Positif, Pasien Yang Meninggal di PKU Muhamadiyah Sruweng Bukan Karna Corona



KEBUMEN, Kebumen24.com – Wakil Bupati Kebumen H. Arif Sugianto SH yang sekaligus Ketua Gugus Tugas Penanganan Corona Kebumen menjelaskan, bahwa Pasien yang meninggal pada Sabtu 21 Maret 2020 pagi saat dirawat pada ruang isolasi di PKU Muhammadiyah Sruweng belum bisa dikatakan positif Corona lantaran belum dilakukan Swab tenggorokan.

Hal itu Ia tegaskan pada acara jumpa Pers di Posko Covid 19 Gedung Dinas Kesehatan (Dinkes) Kebumen, Sabtu malam 21 Maret 2020.

Turut hadir pada kesempatan itu, Kepala Dinas Kesehatan Kabupaten Kebumen Dwi Budi Satrio, Wakil Ketua DPRD Bagus Setiyawan, Direktur RS PKU Muhamadiyah Sruweng dr. Hasan Bayuni dan sejumlah awak media cetak maupun elektronik.

Dijelaskan oleh Wabup Arif, Pasien berjenis kelamin laki-laki, warga Kecamatan Pejagoan yang meninggal itu sebelumnya telah menjalani perawatan selama lima hari di RS PKU Sruweng. Selain itu pasien juga memiliki riawayat mengidap penyakit paru paru. Lantaran kondisi pasien kian memburuk akhirnya pasien pun meninggal dunia.

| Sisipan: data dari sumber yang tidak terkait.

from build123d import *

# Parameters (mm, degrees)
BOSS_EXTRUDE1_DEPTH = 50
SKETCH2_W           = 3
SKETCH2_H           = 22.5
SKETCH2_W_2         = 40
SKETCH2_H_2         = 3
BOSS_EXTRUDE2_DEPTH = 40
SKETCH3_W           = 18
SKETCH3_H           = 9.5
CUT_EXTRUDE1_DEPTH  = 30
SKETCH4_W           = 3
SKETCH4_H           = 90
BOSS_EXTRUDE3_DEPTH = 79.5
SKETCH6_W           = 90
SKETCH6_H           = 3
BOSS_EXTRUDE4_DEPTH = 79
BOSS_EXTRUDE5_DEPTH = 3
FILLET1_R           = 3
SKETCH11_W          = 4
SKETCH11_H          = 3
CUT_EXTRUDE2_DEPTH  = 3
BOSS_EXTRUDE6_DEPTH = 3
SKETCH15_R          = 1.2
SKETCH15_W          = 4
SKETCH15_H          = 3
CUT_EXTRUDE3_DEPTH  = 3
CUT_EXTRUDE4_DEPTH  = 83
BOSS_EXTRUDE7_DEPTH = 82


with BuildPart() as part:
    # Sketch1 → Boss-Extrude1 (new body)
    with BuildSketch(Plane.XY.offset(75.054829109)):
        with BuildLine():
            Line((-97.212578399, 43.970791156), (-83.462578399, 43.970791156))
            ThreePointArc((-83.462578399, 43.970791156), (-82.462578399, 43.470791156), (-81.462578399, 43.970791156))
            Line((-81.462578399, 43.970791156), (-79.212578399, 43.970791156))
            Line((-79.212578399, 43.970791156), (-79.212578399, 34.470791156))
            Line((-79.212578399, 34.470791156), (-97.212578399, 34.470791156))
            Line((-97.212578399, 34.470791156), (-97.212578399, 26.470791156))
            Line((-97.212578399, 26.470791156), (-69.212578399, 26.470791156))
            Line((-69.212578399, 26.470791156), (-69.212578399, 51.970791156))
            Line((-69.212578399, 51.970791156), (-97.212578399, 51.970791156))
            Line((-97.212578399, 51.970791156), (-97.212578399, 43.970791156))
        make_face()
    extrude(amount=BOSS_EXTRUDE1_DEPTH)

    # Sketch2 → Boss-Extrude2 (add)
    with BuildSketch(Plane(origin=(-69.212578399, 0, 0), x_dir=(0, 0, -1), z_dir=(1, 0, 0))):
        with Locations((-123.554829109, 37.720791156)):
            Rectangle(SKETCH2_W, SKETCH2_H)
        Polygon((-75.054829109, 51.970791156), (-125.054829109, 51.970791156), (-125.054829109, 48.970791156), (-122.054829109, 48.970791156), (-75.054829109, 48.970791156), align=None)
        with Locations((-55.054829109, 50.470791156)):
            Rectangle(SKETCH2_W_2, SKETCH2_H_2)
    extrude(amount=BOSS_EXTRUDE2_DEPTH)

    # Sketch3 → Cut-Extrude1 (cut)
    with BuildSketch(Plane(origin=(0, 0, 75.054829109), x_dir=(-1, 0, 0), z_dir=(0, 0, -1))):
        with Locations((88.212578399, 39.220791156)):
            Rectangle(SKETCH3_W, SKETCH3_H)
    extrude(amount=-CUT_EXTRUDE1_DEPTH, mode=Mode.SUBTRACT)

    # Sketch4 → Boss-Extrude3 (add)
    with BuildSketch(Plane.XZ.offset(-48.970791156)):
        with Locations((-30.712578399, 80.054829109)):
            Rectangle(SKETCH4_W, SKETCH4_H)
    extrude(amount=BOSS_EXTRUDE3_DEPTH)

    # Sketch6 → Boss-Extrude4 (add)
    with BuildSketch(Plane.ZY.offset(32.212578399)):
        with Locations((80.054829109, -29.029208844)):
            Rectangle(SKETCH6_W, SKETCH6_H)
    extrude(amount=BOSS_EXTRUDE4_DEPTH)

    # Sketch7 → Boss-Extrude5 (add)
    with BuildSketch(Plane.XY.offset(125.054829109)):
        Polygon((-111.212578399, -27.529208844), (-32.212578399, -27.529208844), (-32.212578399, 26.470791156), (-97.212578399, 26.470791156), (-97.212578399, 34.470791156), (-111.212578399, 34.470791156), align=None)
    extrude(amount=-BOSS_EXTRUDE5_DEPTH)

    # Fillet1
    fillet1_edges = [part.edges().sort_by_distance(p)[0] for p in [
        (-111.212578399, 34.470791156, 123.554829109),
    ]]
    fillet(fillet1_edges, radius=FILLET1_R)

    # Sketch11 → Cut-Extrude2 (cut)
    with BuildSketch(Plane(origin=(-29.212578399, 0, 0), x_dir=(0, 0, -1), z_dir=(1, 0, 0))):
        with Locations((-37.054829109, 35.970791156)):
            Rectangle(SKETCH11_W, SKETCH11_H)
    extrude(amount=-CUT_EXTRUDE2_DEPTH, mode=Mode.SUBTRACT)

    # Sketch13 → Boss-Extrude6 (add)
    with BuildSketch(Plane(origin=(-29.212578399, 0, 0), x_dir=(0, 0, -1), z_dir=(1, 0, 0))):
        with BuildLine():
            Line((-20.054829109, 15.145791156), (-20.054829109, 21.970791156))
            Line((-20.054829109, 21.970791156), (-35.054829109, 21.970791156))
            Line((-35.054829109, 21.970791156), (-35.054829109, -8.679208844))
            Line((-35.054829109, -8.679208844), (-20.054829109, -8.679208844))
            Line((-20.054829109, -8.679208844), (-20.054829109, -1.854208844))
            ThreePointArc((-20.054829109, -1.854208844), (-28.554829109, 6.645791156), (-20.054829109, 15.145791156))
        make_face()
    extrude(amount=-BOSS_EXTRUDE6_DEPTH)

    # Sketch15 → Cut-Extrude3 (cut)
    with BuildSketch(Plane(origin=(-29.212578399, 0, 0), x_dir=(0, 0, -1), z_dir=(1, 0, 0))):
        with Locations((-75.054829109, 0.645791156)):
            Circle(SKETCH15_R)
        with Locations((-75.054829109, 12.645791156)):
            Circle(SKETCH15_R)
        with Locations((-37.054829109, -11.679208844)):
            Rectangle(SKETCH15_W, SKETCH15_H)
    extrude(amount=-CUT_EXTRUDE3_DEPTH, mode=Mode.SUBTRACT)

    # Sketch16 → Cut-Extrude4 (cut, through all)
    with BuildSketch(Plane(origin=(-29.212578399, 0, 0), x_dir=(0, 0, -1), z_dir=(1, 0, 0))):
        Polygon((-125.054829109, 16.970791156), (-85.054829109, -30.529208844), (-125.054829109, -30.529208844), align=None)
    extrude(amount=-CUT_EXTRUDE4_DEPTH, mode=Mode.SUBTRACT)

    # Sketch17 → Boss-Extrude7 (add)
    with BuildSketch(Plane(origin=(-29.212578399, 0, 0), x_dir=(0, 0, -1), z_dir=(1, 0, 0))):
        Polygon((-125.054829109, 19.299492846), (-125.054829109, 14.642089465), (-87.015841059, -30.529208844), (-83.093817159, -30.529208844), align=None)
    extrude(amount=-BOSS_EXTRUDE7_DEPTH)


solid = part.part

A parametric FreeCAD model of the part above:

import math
import FreeCAD as App
import Part
import Sketcher
Q = App.Units.Quantity


def edges_at(feature, points):
    """Names of the edges that pass closest to the given points."""
    edges = feature.Shape.Edges
    near = lambda p: min(range(len(edges)), key=lambda i: edges[i].distToShape(Part.Vertex(*p))[0])
    return sorted({f"Edge{near(p) + 1}" for p in points})


def add_polygon(sketch, points):
    """Adds a closed chain of lines whose ends are joined by coincident constraints."""
    first, n = sketch.GeometryCount, len(points)
    for a, b in zip(points, points[1:] + points[:1]):
        sketch.addGeometry(Part.LineSegment(App.Vector(*a, 0), App.Vector(*b, 0)), False)
    for i in range(n):
        sketch.addConstraint(Sketcher.Constraint("Coincident", first + i, 2, first + (i + 1) % n, 1))

doc = App.newDocument("Part")
body = doc.addObject("PartDesign::Body", "Body")

# Sketch on XY plane
sketch1 = body.newObject("Sketcher::SketchObject", "Sketch")
sketch1.AttachmentSupport = (doc.getObject("XY_Plane"), [""])
sketch1.MapMode = "FlatFace"
sketch1.AttachmentOffset = App.Placement(App.Vector(0, 0, 75.054829), App.Rotation())
sketch1.addGeometry([
    Part.LineSegment(App.Vector(-97.2, 44, 0), App.Vector(-83.5, 44, 0)),  # 0
    Part.ArcOfCircle(Part.Circle(App.Vector(-82.5, 44.7, 0), App.Vector(0, 0, 1), 1.2), math.radians(-143), math.radians(-37)),  # 1
    Part.LineSegment(App.Vector(-81.5, 44, 0), App.Vector(-79.2, 44, 0)),  # 2
    Part.LineSegment(App.Vector(-79.2, 44, 0), App.Vector(-79.2, 34.5, 0)),  # 3
    Part.LineSegment(App.Vector(-79.2, 34.5, 0), App.Vector(-97.2, 34.5, 0)),  # 4
    Part.LineSegment(App.Vector(-97.2, 34.5, 0), App.Vector(-97.2, 26.5, 0)),  # 5
    Part.LineSegment(App.Vector(-97.2, 26.5, 0), App.Vector(-69.2, 26.5, 0)),  # 6
    Part.LineSegment(App.Vector(-69.2, 26.5, 0), App.Vector(-69.2, 52, 0)),  # 7
    Part.LineSegment(App.Vector(-69.2, 52, 0), App.Vector(-97.2, 52, 0)),  # 8
    Part.LineSegment(App.Vector(-97.2, 52, 0), App.Vector(-97.2, 44, 0)),  # 9
], False)
sketch1.addConstraint([
    Sketcher.Constraint("Coincident", 0, 2, 1, 1),
    Sketcher.Constraint("Coincident", 1, 2, 2, 1),
    Sketcher.Constraint("Coincident", 2, 2, 3, 1),
    Sketcher.Constraint("Coincident", 3, 2, 4, 1),
    Sketcher.Constraint("Coincident", 4, 2, 5, 1),
    Sketcher.Constraint("Coincident", 5, 2, 6, 1),
    Sketcher.Constraint("Coincident", 6, 2, 7, 1),
    Sketcher.Constraint("Coincident", 7, 2, 8, 1),
    Sketcher.Constraint("Coincident", 8, 2, 9, 1),
    Sketcher.Constraint("Coincident", 9, 2, 0, 1),
    Sketcher.Constraint("Horizontal", 0),
    Sketcher.Constraint("Horizontal", 2),
    Sketcher.Constraint("Vertical", 3),
    Sketcher.Constraint("Horizontal", 4),
    Sketcher.Constraint("Vertical", 5),
    Sketcher.Constraint("Horizontal", 6),
    Sketcher.Constraint("Vertical", 7),
    Sketcher.Constraint("Horizontal", 8),
    Sketcher.Constraint("Vertical", 9),
    Sketcher.Constraint("Horizontal", 0, 2, 1, 2),
    Sketcher.Constraint("Vertical", 5, 2, 8, 2),
    Sketcher.Constraint("Equal", 5, 9),
    Sketcher.Constraint("DistanceX", 4, 2, 4, 1, Q("18 mm")),
    Sketcher.Constraint("DistanceX", 6, 1, 6, 2, Q("28 mm")),
    Sketcher.Constraint("DistanceY", 5, 2, 5, 1, Q("8 mm")),
    Sketcher.Constraint("Radius", 1, Q("1.25 mm")),
    Sketcher.Constraint("DistanceY", 3, 2, 3, 1, Q("9.5 mm")),
    Sketcher.Constraint("DistanceX", 0, 2, 1, 3, Q("1 mm")),
    Sketcher.Constraint("DistanceX", 0, 1, 0, 2, Q("13.75 mm")),
    Sketcher.Constraint("DistanceX", 1, 3, -1, 1, Q("82.462578 mm")),
    Sketcher.Constraint("DistanceY", -1, 1, 1, 3, Q("44.720791 mm")),
])
pad1 = body.newObject("PartDesign::Pad", "Pad")
pad1.Profile = sketch1
pad1.Length = 50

"Pasien diketahui mempunyai riwayat penyakit paru paru, Korban meninggal sebelum dilakukan swab, jadi belum bisa kita pastikan positif terkena virus corona,"tegas Wabup Arif.

 

Kendati begitu, sebagai upaya untuk mencegah dan mengantisipasi penularan virus corona, Pemkab Kebumen tetap mengambil langkah yaitu dengan melakukan karantina terhadap rumah pasien yang meninggal. Kepada keluarga yang pernah bersinggungan juga dilakukan pengawasan selama dua minggu kedepan. Selain itu, keluarga juga mendapat  bantuan makanan, dan rumah korban di semprot disinfektan untuk sterilisasi.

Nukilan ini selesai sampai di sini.